When the machine learning model is online, it will continue to evolve as more patient data is added. A solution can be designed to include a conversational interface using cognitive application programming interfaces (APIs). This way a doctor can interact with the model and ask a variety of questions to ensure that the right treatment is provided with fewer side effects. You can practice very good machine learning in business problems relating to healthcare from here.
Leverage IoT to Create more Predictable Results
Machine learning algorithms are an ideal approach for the Internet of Things (IoT). The first thing to understand about IoT data analysis is that it involves data sets generated by sensors. These sensors are cheap and sophisticated enough to support a seemingly endless variety of applications.
The data generated by the sensors contains a specific structure and is therefore ideal for applying machine learning techniques. While the data itself is not complex, there is often a huge amount of data produced. Using this sensor data, along with known failures, machine learning algorithms can create models to predict future mechanical problems.
The model would include data on the optimal indicators of a baseline of a well-run machine as well as data points that preceded a failure. As the model is trained, it will be able to determine the anomalies that will predict the potential for failure. You can practice machine learning in business problems relating to security from here.
Machine Learning in Business Problems for Handling IT Issues
IT operations have always been complicated due to the range of different network devices, servers, applications, storage systems, endpoints, etc. Each system has its own ways of managing its components. As new versions of the software are implemented, configuration updates may be required to keep the system operating as intended. This is the normal way that systems need to interact to maintain a steady state. Often times, a single error in an area can result in a massive outage, which can be difficult to determine the root cause of a problem – despite the fact that there is significant instrumentation in the data centre.

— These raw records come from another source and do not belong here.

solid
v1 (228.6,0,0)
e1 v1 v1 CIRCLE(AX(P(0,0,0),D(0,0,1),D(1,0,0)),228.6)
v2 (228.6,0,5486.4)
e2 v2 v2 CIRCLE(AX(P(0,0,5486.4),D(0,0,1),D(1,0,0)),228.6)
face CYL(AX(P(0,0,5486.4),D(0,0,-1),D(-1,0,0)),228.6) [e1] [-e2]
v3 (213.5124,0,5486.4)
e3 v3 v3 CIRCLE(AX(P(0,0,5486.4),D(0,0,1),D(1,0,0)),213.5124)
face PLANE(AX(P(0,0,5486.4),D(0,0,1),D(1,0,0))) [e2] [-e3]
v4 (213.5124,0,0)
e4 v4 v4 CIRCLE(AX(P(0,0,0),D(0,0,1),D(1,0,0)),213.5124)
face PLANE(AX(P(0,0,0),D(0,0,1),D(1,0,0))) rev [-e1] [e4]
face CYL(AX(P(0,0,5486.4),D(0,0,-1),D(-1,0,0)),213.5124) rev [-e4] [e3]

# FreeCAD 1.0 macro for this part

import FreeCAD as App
import Part
import Sketcher
Q = App.Units.Quantity

doc = App.newDocument("Part")
body = doc.addObject("PartDesign::Body", "Body")

sketch1 = body.newObject("Sketcher::SketchObject", "Sketch")
sketch1.AttachmentSupport = (doc.getObject("XY_Plane"), [""])
sketch1.MapMode = "FlatFace"
sketch1.addGeometry([
    Part.Circle(App.Vector(0, 0, 0), App.Vector(0, 0, 1), 228.6),
    Part.Circle(App.Vector(0, 0, 0), App.Vector(0, 0, 1), 213.5124),
], False)
sketch1.addConstraint([
    Sketcher.Constraint("Coincident", 0, 3, -1, 1),
    Sketcher.Constraint("Coincident", 1, 3, -1, 1),
    Sketcher.Constraint("Diameter", 0, Q("18 in")),
    Sketcher.Constraint("Diameter", 1, Q("16.812 in")),
])
pad1 = body.newObject("PartDesign::Pad", "Pad")
pad1.Profile = sketch1
pad1.Length = Q("216 in")

doc.recompute()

Applying machine learning in business problems for complex IT operations data enables organizations to proactively respond to potential IT issues. Traditionally, event correlation has been used to find patterns in performance data. There are times, however, when the correlation alone can be misleading. Therefore, to gain precision, data scientists are starting to bundle machine learning algorithms to identify event anomalies.
The benefit of the machine learning application is that it can create a model based on a complex set of data created in the data centre, including alerts, logs, and instruments or sensors. The machine learning algorithms create a model based on the data which is highly relevant. The model can understand the dependencies between the different elements that make up the environment.
The model can also help identify patterns of ideal performance measures and compare them to the current state of the environment. You can practice good machine learning in business problems relating to IT from here.
Machine Learning in Business Problems Against Frauds
Detecting Fraud is a cat-and-mouse game. Bad actors are increasingly savvy in fraud. With the increase in the use of online services, the potential for fraud has increased. Additionally, payment processors want to make sure customers have a frictionless transaction and don’t want to block legitimate payments.
Many companies find that the only approach that can help stop fraud is to use the software, which is based on machine learning algorithms. A machine learning model is trained to identify an anomaly before a fraud event is perpetrated. In essence, the model can identify an action associated with an intrusion or an unauthorized action and block the intruder before damage occurs. You can practice good machine learning in business problems against frauds from here.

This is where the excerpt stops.